WE'VE been lucky to have multiple responses after Looking Back reader Sally Smith asked for help in finding out more about this picture of a mass of searchlights in Weymouth bay.

Sally initially thought the photo was taken during the war but we've heard some different opinions on it. Here's what you told us.

Maurice Curtis of Weymouth said: "It was taken before the war. I was about seven-years-old. It was a searchlight tattoo and I think it was around 1937 or 1938. I don't know what it was in aid of but it might have been something to do with the Coronation. I remember seeing it at the time as a boy."

Maurice also remembers an aeroplane crashing on Weymouth seafront in 1937

"There was going to be a tidal wave at Weymouth and this plane was taking photos of it when it crashed into the sea. My father had pictures of it."
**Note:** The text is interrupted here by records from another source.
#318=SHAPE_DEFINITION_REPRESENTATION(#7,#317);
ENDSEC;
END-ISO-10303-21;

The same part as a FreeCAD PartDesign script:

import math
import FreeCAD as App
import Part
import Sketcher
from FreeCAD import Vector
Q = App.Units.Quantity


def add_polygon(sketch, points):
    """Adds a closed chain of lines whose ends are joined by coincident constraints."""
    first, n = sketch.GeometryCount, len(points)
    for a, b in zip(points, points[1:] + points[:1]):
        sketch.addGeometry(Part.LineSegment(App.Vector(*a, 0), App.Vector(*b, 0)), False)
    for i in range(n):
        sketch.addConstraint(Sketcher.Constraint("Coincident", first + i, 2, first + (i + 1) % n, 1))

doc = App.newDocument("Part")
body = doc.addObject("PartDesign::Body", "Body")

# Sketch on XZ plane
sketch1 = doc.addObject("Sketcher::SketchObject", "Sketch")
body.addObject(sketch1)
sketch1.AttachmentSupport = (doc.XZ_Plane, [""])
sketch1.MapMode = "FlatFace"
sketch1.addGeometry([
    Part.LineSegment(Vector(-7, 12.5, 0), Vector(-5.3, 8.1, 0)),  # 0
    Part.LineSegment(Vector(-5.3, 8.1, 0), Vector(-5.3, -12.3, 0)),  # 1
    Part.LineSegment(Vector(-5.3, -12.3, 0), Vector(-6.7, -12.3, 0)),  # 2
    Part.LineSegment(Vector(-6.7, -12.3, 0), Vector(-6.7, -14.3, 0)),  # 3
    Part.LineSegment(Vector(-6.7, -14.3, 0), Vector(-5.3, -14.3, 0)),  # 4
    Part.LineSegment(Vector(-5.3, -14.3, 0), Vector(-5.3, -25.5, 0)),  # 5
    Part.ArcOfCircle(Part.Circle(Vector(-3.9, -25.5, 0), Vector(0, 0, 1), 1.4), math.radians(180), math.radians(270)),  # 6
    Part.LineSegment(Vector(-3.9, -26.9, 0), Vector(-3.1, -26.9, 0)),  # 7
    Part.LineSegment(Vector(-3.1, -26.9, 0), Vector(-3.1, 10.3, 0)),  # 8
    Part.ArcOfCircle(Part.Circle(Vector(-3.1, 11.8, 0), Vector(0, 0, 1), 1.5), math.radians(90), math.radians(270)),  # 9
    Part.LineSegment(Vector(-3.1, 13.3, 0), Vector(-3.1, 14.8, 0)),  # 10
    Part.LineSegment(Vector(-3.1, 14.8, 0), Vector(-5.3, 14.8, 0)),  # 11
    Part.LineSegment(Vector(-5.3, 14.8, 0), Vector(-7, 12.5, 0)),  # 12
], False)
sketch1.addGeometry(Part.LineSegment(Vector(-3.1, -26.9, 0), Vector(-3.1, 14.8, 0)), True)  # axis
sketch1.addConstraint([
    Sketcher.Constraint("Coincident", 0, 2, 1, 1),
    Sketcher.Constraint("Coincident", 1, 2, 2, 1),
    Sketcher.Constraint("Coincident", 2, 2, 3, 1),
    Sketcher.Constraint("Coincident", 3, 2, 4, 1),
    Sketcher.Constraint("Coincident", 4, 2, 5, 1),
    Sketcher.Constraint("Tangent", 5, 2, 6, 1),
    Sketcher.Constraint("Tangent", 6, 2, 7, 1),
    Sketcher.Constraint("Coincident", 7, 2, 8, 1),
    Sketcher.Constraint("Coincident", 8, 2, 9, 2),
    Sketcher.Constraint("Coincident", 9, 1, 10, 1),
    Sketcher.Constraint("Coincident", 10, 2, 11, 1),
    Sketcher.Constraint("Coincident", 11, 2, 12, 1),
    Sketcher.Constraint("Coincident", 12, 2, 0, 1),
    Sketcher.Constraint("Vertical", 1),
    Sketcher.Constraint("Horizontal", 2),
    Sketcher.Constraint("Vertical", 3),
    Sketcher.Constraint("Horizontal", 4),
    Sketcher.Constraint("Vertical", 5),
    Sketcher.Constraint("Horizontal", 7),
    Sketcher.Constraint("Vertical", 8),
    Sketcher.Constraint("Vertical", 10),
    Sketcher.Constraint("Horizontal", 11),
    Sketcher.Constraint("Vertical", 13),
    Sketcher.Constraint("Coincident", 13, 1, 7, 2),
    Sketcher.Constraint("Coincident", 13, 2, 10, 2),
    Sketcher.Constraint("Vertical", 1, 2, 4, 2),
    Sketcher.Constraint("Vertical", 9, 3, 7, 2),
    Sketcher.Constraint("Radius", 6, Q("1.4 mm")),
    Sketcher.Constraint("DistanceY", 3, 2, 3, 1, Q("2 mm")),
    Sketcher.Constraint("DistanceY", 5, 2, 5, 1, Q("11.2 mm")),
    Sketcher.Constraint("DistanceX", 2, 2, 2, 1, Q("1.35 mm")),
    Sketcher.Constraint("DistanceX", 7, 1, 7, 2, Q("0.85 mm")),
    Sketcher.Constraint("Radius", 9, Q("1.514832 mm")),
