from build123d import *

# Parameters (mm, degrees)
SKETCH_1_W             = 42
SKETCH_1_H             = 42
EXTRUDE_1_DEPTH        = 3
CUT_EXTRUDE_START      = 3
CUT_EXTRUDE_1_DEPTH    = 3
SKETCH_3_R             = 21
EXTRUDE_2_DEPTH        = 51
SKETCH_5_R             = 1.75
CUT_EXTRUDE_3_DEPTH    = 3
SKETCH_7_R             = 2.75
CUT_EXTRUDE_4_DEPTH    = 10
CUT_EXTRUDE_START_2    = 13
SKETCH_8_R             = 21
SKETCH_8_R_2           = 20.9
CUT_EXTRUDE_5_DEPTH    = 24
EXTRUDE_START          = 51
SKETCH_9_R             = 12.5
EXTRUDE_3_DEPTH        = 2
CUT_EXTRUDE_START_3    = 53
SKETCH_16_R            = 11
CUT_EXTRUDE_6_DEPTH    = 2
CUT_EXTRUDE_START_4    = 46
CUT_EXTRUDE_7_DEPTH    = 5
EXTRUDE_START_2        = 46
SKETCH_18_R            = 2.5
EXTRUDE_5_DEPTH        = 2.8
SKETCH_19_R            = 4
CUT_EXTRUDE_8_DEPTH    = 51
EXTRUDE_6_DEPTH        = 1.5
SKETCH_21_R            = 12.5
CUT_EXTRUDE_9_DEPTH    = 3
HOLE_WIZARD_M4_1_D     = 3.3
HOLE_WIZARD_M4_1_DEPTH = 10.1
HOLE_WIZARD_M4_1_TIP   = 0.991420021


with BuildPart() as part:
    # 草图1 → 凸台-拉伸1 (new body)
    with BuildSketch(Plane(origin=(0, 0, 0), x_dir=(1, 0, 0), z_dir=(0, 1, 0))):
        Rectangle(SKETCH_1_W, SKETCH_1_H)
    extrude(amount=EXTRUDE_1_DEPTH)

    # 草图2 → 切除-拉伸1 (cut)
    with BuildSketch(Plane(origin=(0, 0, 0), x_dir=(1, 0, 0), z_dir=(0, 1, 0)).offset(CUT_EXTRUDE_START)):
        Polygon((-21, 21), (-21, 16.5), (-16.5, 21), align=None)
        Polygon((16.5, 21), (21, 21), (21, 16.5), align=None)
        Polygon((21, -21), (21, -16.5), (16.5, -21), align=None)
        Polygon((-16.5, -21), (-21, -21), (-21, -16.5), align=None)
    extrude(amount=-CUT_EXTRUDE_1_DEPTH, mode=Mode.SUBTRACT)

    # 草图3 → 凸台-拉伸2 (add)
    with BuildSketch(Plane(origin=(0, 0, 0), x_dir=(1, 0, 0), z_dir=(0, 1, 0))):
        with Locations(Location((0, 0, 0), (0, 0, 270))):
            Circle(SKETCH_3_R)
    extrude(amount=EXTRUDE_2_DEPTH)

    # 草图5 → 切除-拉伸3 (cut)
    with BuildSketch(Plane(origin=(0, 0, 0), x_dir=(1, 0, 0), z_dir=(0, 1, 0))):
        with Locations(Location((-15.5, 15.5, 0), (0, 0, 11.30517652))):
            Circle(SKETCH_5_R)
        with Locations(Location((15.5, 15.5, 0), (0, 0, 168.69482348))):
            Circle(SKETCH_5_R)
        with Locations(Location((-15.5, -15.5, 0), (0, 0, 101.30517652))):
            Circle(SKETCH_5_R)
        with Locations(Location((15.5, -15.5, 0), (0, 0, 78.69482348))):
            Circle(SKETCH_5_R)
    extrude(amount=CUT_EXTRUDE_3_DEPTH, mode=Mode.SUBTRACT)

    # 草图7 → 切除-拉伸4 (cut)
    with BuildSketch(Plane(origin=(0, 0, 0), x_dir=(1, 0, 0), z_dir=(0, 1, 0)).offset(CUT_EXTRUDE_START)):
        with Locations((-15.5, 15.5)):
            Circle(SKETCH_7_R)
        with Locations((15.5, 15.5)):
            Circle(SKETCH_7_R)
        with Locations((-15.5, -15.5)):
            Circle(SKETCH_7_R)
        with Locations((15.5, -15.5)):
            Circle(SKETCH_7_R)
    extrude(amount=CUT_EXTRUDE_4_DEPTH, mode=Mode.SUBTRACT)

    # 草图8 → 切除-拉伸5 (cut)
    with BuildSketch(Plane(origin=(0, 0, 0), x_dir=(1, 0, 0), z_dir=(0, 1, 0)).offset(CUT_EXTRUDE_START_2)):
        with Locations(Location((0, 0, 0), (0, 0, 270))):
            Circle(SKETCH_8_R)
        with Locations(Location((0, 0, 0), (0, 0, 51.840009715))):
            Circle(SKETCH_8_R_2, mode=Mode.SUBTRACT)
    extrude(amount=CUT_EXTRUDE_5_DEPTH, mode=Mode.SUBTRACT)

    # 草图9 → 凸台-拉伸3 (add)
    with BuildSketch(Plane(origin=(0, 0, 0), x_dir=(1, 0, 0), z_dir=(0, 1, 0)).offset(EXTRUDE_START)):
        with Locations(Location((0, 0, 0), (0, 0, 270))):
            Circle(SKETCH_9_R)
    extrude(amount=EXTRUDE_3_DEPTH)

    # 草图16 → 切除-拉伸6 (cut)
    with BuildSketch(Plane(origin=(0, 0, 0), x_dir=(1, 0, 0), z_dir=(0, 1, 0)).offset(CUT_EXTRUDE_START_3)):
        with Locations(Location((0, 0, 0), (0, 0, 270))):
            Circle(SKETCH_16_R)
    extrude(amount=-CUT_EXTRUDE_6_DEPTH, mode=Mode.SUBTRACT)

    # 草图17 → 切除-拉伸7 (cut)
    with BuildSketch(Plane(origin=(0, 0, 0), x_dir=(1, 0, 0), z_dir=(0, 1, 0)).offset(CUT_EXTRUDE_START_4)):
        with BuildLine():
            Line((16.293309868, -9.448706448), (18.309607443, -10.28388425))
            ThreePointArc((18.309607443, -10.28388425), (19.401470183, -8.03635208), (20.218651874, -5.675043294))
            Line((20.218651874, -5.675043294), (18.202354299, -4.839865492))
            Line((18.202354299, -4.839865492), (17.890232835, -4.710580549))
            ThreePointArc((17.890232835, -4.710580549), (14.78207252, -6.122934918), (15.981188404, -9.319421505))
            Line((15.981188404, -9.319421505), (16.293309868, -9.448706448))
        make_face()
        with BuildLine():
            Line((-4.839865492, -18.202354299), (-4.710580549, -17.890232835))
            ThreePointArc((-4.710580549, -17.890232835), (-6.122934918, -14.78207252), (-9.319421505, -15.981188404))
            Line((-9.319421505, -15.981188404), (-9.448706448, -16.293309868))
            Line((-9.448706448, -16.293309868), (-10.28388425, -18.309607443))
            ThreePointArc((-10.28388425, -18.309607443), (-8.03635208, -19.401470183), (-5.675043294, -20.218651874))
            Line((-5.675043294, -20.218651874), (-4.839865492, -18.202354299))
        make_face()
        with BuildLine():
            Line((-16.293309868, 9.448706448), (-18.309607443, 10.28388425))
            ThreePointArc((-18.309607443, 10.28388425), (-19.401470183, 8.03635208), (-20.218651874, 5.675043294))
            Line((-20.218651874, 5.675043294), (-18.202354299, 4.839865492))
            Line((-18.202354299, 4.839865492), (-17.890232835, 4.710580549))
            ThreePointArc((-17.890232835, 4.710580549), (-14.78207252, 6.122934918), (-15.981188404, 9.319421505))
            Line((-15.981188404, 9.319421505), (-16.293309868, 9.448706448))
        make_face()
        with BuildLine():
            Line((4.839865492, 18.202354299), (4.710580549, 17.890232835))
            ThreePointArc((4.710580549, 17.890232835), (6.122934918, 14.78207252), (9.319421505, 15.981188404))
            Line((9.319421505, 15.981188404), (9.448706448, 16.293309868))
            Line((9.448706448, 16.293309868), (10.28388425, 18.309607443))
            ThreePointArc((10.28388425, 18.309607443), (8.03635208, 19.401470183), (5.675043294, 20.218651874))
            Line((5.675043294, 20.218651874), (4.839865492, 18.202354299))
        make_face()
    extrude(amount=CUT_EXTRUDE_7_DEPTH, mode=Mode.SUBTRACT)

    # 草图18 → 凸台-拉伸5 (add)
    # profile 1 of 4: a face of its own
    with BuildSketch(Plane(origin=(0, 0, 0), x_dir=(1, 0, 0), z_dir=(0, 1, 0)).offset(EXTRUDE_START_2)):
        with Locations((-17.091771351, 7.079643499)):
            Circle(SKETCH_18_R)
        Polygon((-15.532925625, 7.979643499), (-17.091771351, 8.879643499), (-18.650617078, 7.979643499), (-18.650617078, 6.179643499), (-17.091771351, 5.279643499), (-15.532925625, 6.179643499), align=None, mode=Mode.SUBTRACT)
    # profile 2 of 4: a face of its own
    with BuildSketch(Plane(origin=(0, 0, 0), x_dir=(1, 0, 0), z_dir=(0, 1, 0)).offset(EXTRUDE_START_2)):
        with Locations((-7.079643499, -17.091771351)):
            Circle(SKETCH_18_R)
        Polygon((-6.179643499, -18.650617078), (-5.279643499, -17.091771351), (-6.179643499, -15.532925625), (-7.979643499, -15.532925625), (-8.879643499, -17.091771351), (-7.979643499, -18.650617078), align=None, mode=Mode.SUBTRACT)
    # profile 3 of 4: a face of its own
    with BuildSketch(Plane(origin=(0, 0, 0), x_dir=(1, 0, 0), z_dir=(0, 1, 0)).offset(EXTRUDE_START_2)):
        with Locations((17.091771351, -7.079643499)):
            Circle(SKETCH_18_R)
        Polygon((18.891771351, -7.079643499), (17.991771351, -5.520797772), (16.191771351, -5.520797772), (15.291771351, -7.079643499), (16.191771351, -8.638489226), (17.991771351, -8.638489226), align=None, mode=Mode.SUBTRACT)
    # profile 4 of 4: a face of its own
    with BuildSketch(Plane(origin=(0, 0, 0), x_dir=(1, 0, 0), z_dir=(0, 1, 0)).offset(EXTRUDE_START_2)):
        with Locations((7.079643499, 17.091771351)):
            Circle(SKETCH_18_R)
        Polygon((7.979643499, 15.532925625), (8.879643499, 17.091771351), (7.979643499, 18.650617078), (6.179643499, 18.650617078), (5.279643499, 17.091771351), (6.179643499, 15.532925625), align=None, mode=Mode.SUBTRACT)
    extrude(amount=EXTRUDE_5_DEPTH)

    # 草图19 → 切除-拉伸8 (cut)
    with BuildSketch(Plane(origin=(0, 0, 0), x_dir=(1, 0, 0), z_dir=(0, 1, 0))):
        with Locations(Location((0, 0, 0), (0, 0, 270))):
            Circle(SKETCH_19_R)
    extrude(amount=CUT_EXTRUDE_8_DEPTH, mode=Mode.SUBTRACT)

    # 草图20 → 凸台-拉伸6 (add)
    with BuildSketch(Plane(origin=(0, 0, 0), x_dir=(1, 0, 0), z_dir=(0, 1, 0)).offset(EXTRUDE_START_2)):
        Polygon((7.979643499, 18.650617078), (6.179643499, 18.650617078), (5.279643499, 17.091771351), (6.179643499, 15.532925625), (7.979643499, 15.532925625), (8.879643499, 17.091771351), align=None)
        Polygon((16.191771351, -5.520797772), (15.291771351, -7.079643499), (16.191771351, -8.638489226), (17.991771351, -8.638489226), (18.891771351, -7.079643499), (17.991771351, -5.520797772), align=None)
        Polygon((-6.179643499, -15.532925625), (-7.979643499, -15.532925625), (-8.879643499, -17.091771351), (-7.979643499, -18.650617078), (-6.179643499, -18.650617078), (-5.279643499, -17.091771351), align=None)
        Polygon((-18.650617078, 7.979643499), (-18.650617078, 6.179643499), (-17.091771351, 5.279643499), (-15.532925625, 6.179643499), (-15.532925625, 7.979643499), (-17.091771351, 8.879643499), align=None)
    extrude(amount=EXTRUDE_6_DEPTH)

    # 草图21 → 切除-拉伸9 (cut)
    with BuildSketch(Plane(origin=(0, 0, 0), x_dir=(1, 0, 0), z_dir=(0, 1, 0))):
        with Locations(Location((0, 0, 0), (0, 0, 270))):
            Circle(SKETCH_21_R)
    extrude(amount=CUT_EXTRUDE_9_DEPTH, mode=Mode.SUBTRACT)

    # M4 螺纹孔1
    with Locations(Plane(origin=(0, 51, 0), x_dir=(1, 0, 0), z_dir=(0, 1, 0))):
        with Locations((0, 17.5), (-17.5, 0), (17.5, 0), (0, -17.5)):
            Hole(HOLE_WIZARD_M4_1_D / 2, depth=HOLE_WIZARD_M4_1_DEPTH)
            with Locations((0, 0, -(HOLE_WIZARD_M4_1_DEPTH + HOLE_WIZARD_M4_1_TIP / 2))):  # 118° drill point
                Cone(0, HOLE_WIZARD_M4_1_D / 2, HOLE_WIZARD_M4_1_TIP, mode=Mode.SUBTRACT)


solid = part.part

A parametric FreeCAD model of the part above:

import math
import FreeCAD as App
import Part
import Sketcher
Q = App.Units.Quantity

doc = App.newDocument("Part")
body = doc.addObject("PartDesign::Body", "Body")

# Sketch on XZ plane
sketch1 = body.newObject("Sketcher::SketchObject", "Sketch")
sketch1.AttachmentSupport = (doc.getObject("XZ_Plane"), [""])
sketch1.MapMode = "FlatFace"
sketch1.addGeometry([
    Part.LineSegment(App.Vector(-21, -21, 0), App.Vector(-21, 21, 0)),
    Part.LineSegment(App.Vector(-21, 21, 0), App.Vector(21, 21, 0)),
    Part.LineSegment(App.Vector(21, 21, 0), App.Vector(21, -21, 0)),
    Part.LineSegment(App.Vector(21, -21, 0), App.Vector(-21, -21, 0)),
], False)
sketch1.addConstraint([
    Sketcher.Constraint("Coincident", 0, 2, 1, 1),
    Sketcher.Constraint("Coincident", 1, 2, 2, 1),
    Sketcher.Constraint("Coincident", 2, 2, 3, 1),
    Sketcher.Constraint("Coincident", 3, 2, 0, 1),
    Sketcher.Constraint("Vertical", 0),
    Sketcher.Constraint("Horizontal", 1),
    Sketcher.Constraint("Vertical", 2),
    Sketcher.Constraint("Horizontal", 3),
    Sketcher.Constraint("Symmetric", 0, 2, 2, 2, -1, 1),
    Sketcher.Constraint("Equal", 3, 0),
    Sketcher.Constraint("DistanceX", 1, 1, 1, 2, 42.0),
])
pad1 = body.newObject("PartDesign::Pad", "Pad")
pad1.Profile = sketch1
pad1.Length = 3
pad1.Reversed = True

# Sketch on XZ plane
sketch2 = body.newObject("Sketcher::SketchObject", "Sketch001")
sketch2.AttachmentSupport = (doc.getObject("XZ_Plane"), [""])
sketch2.MapMode = "FlatFace"
sketch2.AttachmentOffset = App.Placement(App.Vector(0, 0, -3), App.Rotation())
sketch2.addGeometry([
    Part.LineSegment(App.Vector(-21, -21, 0), App.Vector(-21, -16.5, 0)),  # 0
    Part.LineSegment(App.Vector(-21, -16.5, 0), App.Vector(-16.5, -21, 0)),  # 1
    Part.LineSegment(App.Vector(-16.5, -21, 0), App.Vector(-21, -21, 0)),  # 2
    Part.LineSegment(App.Vector(21, -21, 0), App.Vector(16.5, -21, 0)),  # 3
    Part.LineSegment(App.Vector(16.5, -21, 0), App.Vector(21, -16.5, 0)),  # 4
    Part.LineSegment(App.Vector(21, -16.5, 0), App.Vector(21, -21, 0)),  # 5
    Part.LineSegment(App.Vector(21, 21, 0), App.Vector(21, 16.5, 0)),  # 6
    Part.LineSegment(App.Vector(21, 16.5, 0), App.Vector(16.5, 21, 0)),  # 7
    Part.LineSegment(App.Vector(16.5, 21, 0), App.Vector(21, 21, 0)),  # 8
    Part.LineSegment(App.Vector(-21, 21, 0), App.Vector(-16.5, 21, 0)),  # 9
    Part.LineSegment(App.Vector(-16.5, 21, 0), App.Vector(-21, 16.5, 0)),  # 10
    Part.LineSegment(App.Vector(-21, 16.5, 0), App.Vector(-21, 21, 0)),  # 11
], False)
sketch2.addConstraint([
    Sketcher.Constraint("Coincident", 0, 2, 1, 1),
    Sketcher.Constraint("Coincident", 1, 2, 2, 1),
    Sketcher.Constraint("Coincident", 2, 2, 0, 1),
    Sketcher.Constraint("Coincident", 3, 2, 4, 1),
    Sketcher.Constraint("Coincident", 4, 2, 5, 1),
    Sketcher.Constraint("Coincident", 5, 2, 3, 1),
    Sketcher.Constraint("Coincident", 6, 2, 7, 1),
    Sketcher.Constraint("Coincident", 7, 2, 8, 1),
    Sketcher.Constraint("Coincident", 8, 2, 6, 1),
    Sketcher.Constraint("Coincident", 9, 2, 10, 1),
    Sketcher.Constraint("Coincident", 10, 2, 11, 1),
    Sketcher.Constraint("Coincident", 11, 2, 9, 1),
    Sketcher.Constraint("Vertical", 0),
    Sketcher.Constraint("Horizontal", 2),
    Sketcher.Constraint("Horizontal", 3),
    Sketcher.Constraint("Vertical", 5),
    Sketcher.Constraint("Vertical", 6),
    Sketcher.Constraint("Horizontal", 8),
    Sketcher.Constraint("Horizontal", 9),
    Sketcher.Constraint("Vertical", 11),
    Sketcher.Constraint("Symmetric", 0, 2, 6, 2, -1, 1),
    Sketcher.Constraint("Symmetric", 1, 2, 7, 2, -1, 1),
    Sketcher.Constraint("Symmetric", 3, 2, 9, 2, -1, 1),
    Sketcher.Constraint("Symmetric", 4, 2, 10, 2, -1, 1),
    Sketcher.Constraint("Symmetric", 1, 2, 3, 2, -2),
    Sketcher.Constraint("Symmetric", 0, 2, 4, 2, -2),
    Sketcher.Constraint("Perpendicular", 1, 4),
Maurice isn't sure whether there were any fatalities in the crash.

"I can't remember whether the pilot died or not, it was in all the papers."

Peter Price of Weymouth, however, thought the photo was taken in wartime in 1939 or 1940.

He said: "They only had three guns at the beginning of the war. They put all those searchlights up when the enemy came as they didn't have many guns. The searchlights were there to protect us."

Roger Holehouse got in touch and told us: "The warship in silhouette against the searchlights would be one of the three surviving WW1 built Caledon class light cruisers (Caledon, Calypso, Caradoc) which would be consistent with a 1930s date.

"The preceding, and visually similar, Centaur class (Centaur, Concord) went to scrap in 1933 and 1935 respectively so probably not them. There are a couple of battleships/cruisers visible just beyond."

Thanks also to the Dorset Echo website online commenters who also thought the searchlights picture was from the 1930s - James Farquharson said it could have been from the festivities put on for the Duke of York opening the town bridge in Weymouth, while 'Now Long Gone' thought it could have been from one of the four reviews of the fleet during the 1930s. 'Weymouth Ex-pat' very kindly referred us to an article online from the Western Gazette which shows a different photo that is very similar.

The Gazette article is from November 1934 and shows the searchlight display from battleships in Weymouth Bay and searchlight practise by the Royal Engineers at Weymouth Nothe 'which attracted hundreds of sightseers, few of whom realised what is going on in the ships or at the Nothe to cast the great beams across the sky.'

Thanks to everyone who provided us with feedback.